Les jours suivants se sont passés de la même manière: plus de 350 personnes ont été arbitrairement placées en garde à vue, dont certaines ont dû passer plusieurs nuits dans des cellules surpeuplées, sans nourriture et, parmi eux, des blessés. La majorité a été relâchée, seules quelques personnes ont été touchées par l‘action arbitraire de la police: neuf personnes sont maintenant en prison depuis plus d‘un mois. Nous, qui écrivons ce texte, en faisons partie.

Justice aux ordres du président

Nous ne sommes ici que par hasard – n‘importe qui pourrait être ici à notre place. Les médias étaient déchaînés contre les casseurs. Le président a exigé publiquement que les coupables soient punis le plus sévèrement possible. La police et la justice ont été mis sous pression pour présenter des „succès“ de leur travail, quand les procès rapides avaient lieu deux jours après le sommet. C‘est ainsi que les accusations concrètes n‘ont pas joué un rôle majeur dans les procès. Les verdicts se sont largement appuyés sur le plaidoyer du procureur, dont l‘argumentation a été en grande partie fondée sur des suppositions ou allégations sans aucune preuve. On n‘a même pas tenté de donner l‘impression d‘un procès équitable. Il s‘agissait d‘un „professionnel“ qui „tient des discours devont la cour“ disait le procureur d‘un accusé. La preuve: Il n‘avait rien déclaré devant la police et s‘était deplacé de loin pour participer aux manifestations. Une autre personne était accusée de faire partie de „l‘organisation black block“. Il fallait encore faire savoir à la cour qu‘une telle organisation n‘existe pas.
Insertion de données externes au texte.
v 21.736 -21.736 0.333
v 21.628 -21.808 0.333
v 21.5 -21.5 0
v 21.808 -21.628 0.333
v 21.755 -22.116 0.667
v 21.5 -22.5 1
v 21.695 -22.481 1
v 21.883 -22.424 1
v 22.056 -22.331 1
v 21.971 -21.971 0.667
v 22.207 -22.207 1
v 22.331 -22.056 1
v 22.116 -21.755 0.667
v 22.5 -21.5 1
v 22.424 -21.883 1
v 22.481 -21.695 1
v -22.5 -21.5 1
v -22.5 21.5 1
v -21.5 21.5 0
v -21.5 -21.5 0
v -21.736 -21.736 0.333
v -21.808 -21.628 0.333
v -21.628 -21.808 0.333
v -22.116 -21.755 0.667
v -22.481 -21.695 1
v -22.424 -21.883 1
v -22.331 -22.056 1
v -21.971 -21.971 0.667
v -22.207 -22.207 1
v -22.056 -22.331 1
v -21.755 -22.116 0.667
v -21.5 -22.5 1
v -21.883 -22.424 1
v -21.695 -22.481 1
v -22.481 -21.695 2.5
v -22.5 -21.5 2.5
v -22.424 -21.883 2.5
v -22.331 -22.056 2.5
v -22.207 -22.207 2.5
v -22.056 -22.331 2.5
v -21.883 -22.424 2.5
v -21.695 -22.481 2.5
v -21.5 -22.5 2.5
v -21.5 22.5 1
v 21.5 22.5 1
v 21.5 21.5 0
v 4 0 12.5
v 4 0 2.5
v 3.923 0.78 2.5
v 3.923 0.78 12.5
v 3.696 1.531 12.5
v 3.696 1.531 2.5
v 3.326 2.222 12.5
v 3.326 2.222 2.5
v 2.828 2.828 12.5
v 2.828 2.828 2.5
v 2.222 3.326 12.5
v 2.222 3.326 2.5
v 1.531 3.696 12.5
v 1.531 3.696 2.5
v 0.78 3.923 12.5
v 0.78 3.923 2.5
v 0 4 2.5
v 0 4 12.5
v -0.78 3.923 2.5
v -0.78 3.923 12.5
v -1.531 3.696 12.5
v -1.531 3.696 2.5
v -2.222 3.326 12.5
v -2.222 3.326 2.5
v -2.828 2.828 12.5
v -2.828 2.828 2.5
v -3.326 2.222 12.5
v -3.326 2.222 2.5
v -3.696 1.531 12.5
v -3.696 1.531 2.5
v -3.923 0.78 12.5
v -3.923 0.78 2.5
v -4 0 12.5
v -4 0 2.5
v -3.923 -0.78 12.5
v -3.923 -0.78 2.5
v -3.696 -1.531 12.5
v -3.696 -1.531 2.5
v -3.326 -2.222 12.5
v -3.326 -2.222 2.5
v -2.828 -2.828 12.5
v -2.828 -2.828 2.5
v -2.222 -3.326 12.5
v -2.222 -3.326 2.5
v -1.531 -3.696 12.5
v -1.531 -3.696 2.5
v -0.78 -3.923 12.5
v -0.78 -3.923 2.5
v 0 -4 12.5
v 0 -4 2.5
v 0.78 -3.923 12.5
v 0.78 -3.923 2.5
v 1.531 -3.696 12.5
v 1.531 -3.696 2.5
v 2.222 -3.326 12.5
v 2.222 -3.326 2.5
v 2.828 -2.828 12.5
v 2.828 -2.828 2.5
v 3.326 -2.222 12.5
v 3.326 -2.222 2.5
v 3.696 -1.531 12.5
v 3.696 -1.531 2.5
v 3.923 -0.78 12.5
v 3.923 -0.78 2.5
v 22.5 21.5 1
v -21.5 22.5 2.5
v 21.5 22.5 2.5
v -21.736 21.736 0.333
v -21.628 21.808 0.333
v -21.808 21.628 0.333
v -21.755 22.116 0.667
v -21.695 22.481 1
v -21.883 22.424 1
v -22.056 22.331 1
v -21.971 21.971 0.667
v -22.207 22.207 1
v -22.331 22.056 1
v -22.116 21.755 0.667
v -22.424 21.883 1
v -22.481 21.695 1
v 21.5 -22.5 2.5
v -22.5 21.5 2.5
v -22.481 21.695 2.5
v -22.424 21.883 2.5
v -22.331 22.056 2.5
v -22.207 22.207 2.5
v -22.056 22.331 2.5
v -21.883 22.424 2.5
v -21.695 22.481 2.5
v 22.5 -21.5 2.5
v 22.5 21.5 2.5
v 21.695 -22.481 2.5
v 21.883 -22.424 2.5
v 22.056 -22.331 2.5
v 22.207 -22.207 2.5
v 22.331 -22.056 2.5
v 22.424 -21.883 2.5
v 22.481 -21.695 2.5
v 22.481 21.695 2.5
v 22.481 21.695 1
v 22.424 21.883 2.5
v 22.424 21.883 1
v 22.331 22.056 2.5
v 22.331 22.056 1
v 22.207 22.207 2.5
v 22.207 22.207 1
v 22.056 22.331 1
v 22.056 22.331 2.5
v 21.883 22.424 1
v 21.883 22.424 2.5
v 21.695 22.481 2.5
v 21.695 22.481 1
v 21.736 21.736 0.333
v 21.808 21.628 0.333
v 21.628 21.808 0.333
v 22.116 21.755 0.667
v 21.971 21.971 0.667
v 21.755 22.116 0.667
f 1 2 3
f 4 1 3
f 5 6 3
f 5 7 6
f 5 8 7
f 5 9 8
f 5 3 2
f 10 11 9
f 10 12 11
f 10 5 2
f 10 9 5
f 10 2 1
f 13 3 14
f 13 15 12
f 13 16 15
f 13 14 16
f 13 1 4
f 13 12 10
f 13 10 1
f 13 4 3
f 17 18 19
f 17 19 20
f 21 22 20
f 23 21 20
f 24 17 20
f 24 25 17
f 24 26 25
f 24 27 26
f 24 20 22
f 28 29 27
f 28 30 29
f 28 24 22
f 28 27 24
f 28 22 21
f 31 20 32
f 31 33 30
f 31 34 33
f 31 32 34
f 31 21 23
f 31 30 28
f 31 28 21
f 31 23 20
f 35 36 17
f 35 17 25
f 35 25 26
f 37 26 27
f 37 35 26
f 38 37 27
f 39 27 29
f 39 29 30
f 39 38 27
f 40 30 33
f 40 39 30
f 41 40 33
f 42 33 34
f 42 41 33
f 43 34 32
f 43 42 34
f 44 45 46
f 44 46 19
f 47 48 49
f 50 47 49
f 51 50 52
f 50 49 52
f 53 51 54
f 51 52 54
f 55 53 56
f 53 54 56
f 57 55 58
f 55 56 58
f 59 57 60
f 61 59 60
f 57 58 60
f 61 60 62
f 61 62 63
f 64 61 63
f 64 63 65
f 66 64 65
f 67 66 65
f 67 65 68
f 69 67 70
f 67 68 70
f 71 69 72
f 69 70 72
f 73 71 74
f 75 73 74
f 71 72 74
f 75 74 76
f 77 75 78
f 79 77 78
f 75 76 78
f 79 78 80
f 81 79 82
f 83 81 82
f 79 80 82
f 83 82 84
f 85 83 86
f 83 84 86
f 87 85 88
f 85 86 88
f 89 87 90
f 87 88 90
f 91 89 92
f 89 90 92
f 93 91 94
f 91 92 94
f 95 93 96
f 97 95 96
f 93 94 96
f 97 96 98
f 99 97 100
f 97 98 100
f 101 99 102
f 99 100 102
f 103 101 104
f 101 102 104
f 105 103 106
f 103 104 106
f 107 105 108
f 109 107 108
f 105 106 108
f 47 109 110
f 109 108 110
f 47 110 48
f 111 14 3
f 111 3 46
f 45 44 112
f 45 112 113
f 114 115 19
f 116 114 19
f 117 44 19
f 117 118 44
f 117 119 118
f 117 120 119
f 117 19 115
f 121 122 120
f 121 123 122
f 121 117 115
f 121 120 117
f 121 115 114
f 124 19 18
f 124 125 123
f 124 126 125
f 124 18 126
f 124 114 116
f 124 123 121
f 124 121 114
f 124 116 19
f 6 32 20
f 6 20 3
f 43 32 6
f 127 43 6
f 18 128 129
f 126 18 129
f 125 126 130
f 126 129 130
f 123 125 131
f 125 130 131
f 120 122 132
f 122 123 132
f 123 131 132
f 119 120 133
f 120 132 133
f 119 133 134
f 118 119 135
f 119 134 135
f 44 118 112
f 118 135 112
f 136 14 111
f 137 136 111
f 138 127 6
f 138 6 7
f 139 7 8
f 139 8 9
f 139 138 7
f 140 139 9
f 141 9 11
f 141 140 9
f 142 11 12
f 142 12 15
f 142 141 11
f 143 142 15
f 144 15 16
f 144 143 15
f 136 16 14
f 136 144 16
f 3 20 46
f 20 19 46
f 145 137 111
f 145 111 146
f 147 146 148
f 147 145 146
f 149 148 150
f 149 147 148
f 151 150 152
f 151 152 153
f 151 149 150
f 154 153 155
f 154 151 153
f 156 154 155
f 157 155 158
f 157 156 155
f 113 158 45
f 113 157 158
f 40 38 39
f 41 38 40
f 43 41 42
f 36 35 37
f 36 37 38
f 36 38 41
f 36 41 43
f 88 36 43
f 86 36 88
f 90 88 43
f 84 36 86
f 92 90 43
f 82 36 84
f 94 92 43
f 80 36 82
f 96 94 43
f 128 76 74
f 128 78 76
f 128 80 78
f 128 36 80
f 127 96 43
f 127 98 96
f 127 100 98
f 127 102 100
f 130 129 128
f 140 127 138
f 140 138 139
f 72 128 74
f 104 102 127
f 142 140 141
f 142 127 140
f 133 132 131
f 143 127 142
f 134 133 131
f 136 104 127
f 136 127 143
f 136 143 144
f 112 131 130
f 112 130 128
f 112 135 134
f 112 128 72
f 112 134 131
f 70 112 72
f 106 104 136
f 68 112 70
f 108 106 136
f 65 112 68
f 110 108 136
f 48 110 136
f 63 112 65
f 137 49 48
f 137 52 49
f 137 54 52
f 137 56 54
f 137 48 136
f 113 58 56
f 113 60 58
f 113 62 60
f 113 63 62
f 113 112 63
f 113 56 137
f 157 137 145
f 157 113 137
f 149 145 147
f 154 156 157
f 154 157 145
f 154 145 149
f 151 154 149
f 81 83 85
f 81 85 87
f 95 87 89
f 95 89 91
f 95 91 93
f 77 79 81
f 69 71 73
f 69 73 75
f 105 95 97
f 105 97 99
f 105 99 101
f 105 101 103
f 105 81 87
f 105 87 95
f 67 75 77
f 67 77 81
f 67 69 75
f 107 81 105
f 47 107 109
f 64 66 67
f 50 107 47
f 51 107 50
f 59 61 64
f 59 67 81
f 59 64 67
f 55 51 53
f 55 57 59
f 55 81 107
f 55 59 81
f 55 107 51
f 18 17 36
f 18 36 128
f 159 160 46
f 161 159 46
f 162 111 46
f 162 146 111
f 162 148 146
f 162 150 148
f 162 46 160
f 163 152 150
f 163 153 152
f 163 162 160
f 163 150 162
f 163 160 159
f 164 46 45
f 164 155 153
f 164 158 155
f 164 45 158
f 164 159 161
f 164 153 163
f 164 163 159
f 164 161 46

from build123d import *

# Parameters (mm, degrees)
SKETCH1_W           = 45
SKETCH1_H           = 45
BOSS_EXTRUDE1_DEPTH = 2.5
FILLET1_R           = 1
SKETCH2_R           = 4
BOSS_EXTRUDE2_DEPTH = 10
CHAMFER1_SIZE       = 1


with BuildPart() as part:
    # Sketch1 → Boss-Extrude1 (new body)
    with BuildSketch(Plane.XY):
        Rectangle(SKETCH1_W, SKETCH1_H)
    extrude(amount=BOSS_EXTRUDE1_DEPTH)

    # Fillet1
    fillet1_edges = [part.edges().sort_by_distance(p)[0] for p in [
        (-22.5, 22.5, 1.25),
        (22.5, 22.5, 1.25),
        (22.5, -22.5, 1.25),
        (-22.5, -22.5, 1.25),
    ]]
    fillet(fillet1_edges, radius=FILLET1_R)

    # Sketch2 → Boss-Extrude2 (add)
    with BuildSketch(Plane.XY.offset(2.5)):
        Circle(SKETCH2_R)
    extrude(amount=BOSS_EXTRUDE2_DEPTH)

    # Chamfer1
    chamfer1_edges = [part.edges().sort_by_distance(p)[0] for p in [
        (0, -22.5, 0),
        (-22.5, 0, 0),
        (0, 22.5, 0),
        (22.5, 0, 0),
        (22.207106781, 22.207106781, 0),
        (-22.207106781, 22.207106781, 0),
        (22.207106781, -22.207106781, 0),
        (-22.207106781, -22.207106781, 0),
    ]]
    chamfer(chamfer1_edges, length=CHAMFER1_SIZE)


solid = part.part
Le but était clairement de statuer des exemples. Les propos de Sarkozy nous avaient faire craindre le pire auparavant. Les peines et la dureté des verdicts ont surpris nos avocats aussi, car il s‘agissaît de peines courantes – même si les accusations avaient été vraies.
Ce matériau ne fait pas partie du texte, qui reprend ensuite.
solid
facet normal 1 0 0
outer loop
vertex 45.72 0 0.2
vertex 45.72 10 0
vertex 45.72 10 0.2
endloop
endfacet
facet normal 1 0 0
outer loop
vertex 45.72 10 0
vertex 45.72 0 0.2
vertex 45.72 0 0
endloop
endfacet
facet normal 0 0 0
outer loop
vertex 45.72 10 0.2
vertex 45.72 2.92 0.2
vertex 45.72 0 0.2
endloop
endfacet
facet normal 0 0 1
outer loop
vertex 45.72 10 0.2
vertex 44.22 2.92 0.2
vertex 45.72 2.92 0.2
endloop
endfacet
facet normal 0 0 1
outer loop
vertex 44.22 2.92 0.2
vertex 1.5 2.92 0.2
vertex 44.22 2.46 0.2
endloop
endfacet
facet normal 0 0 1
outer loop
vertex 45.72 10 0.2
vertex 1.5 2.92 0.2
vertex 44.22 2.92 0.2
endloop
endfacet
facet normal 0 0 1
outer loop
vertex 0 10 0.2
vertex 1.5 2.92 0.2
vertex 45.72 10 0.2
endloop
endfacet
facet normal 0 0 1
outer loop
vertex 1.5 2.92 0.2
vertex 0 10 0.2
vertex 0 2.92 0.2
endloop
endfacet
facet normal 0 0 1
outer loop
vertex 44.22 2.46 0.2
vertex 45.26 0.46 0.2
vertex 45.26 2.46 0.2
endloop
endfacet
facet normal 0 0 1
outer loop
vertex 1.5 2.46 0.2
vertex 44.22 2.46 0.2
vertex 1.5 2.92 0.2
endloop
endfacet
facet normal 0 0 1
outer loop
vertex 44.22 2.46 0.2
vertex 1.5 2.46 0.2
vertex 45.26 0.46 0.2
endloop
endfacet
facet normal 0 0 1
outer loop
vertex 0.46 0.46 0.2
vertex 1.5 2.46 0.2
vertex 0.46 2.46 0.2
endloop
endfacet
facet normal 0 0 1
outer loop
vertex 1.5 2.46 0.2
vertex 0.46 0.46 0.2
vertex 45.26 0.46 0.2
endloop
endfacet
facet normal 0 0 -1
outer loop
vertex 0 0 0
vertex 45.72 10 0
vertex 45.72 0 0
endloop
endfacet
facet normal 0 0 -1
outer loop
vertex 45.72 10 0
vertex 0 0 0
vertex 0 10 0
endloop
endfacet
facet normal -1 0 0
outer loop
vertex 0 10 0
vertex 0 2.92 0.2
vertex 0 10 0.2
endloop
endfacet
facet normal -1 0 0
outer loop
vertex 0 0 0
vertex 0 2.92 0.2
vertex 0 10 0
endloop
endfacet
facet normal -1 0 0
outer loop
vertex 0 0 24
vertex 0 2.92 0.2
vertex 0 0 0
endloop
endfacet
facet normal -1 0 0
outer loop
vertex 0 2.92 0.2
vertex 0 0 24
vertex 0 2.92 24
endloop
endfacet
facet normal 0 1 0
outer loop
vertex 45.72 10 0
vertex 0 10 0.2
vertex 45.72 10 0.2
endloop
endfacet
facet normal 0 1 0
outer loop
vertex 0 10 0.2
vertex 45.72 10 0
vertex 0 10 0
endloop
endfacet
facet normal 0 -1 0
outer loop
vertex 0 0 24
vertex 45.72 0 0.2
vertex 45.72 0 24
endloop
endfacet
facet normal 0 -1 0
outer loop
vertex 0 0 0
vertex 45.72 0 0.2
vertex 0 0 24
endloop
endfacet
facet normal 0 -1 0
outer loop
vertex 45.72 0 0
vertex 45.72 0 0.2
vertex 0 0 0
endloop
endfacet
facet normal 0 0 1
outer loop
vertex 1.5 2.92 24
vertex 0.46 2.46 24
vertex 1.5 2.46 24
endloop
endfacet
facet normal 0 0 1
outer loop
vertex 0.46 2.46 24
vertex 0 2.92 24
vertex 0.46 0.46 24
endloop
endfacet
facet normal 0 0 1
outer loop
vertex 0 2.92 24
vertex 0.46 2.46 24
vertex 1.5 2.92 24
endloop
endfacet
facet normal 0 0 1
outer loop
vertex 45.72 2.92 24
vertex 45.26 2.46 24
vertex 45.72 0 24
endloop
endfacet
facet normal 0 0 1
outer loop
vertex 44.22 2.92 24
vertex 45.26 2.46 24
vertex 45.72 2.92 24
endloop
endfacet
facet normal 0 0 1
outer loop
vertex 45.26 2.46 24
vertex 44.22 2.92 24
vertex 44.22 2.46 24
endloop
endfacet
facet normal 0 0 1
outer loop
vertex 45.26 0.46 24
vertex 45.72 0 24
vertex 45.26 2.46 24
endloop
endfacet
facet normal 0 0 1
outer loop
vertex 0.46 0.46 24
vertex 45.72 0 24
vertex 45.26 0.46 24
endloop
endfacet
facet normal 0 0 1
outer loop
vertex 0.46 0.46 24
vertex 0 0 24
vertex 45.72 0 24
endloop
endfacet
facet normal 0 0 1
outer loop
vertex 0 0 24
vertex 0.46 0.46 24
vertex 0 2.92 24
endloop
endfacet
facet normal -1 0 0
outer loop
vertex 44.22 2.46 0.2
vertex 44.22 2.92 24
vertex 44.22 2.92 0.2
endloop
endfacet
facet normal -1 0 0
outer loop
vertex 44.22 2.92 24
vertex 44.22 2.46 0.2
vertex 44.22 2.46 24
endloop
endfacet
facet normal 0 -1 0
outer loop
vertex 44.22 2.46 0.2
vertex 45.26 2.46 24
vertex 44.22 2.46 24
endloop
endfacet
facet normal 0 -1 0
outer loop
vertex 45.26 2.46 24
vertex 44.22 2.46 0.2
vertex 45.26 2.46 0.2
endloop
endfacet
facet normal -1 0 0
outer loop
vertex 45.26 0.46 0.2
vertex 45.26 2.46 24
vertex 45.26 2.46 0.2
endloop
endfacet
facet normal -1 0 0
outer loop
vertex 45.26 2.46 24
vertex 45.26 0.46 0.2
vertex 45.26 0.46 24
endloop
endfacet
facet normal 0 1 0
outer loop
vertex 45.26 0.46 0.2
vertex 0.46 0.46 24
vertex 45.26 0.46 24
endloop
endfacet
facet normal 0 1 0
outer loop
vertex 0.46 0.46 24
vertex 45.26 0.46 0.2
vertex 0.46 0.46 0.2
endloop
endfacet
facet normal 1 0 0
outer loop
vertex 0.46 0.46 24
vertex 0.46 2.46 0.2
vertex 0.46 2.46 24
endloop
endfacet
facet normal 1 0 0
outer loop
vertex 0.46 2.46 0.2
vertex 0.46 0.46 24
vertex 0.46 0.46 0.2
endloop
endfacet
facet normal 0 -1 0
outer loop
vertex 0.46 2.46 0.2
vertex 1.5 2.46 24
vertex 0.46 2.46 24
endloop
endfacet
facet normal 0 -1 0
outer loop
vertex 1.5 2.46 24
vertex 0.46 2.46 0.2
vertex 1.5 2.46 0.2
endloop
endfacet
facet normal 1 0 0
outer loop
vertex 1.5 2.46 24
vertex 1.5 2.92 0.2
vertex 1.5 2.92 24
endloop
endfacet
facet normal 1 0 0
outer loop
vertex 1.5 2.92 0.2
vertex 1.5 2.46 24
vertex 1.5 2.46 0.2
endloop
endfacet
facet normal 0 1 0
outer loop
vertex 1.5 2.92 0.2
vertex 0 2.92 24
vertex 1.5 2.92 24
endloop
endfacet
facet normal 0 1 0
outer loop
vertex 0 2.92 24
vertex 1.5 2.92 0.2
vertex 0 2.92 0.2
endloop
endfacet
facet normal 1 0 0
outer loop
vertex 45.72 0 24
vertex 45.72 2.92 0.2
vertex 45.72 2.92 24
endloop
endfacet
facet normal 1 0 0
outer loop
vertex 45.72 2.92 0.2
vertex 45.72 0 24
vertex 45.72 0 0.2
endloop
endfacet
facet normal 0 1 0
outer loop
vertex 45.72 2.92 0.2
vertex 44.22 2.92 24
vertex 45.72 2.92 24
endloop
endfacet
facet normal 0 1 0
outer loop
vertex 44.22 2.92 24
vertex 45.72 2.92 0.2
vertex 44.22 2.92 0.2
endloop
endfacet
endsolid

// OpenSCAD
muca_w = 24;
muca_h = 44.8;
muca_t = 2;
nozzle = 0.46;

cube([44.8+2*nozzle, 10, 0.2]);
linear_extrude(muca_w){
square([2*nozzle + muca_h, nozzle]);
square([nozzle, 2*nozzle + muca_t]);
translate([0, nozzle + muca_t])
    square([1.5, nozzle]);

translate([nozzle + muca_h, 0]){
    square([nozzle, 2*nozzle + muca_t]);
translate([-1.5+nozzle, nozzle + muca_t])
    square([1.5, nozzle]);
}
}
Trois personnes ont été condamnées à des peines de prison ferme. personnes ont fait appel contre les verdicts. Plusieurs autres personnes ont été condamnées à des peines de prison sursis.Un allemand, condamné à trois mois de prison avec sursis, a été mis en rétention administrative 48 heures avant d‘être rendu aux autorités allemandes, à la frontière qui se trouvait à quelques kliomètres de là. Les six autres personnes qui sont ici n‘ont pas encore eu de procès. Quatre d‘entre elles vont comparaîle 5 mai – il faut s‘attendre à un nouveau cas de justice arbitraire. [commentaire: 3 personnes de Tours sont en liberté provisoire, une personne de Berlin a été condamnée à 6 mois de prison, une autre personne a été condamnée à un an de prison ferme + 2 ans avec sursis le 12 mai). Deux sont en détention provisoire pour quatre mois. Dans le journal populaire strasbourgeois les „DNA“ qu‘on nous laisse lire ici, on a voulu créer l‘impression que les „coupables“ des débordements du 4 avril ont été condamnés à des „peines justes“. Pour cela, on a volontairement fait omission du fait que trois des accusés avaient déjà été arrêés deux jours auparavant. A part cela, des citations du procès ont été présentées dans un contexte totalement manipulé. Le journal a aussi imprimé les noms complets et lieux de résidence des condamnés allemands. Dans un autre cas, on a dit d‘un accusé qu‘il aurait mord un policier et qu‘il aurait le SIDA. Ces propos étaient accompagnés d‘une photo qui montrait un des accusés de l‘autre jour, qui n‘a rien à voir avec ces accusations. L‘impact de telles informations est grave, surtout quand on sait que 90% des prisonniers ici lisent les „DNA “.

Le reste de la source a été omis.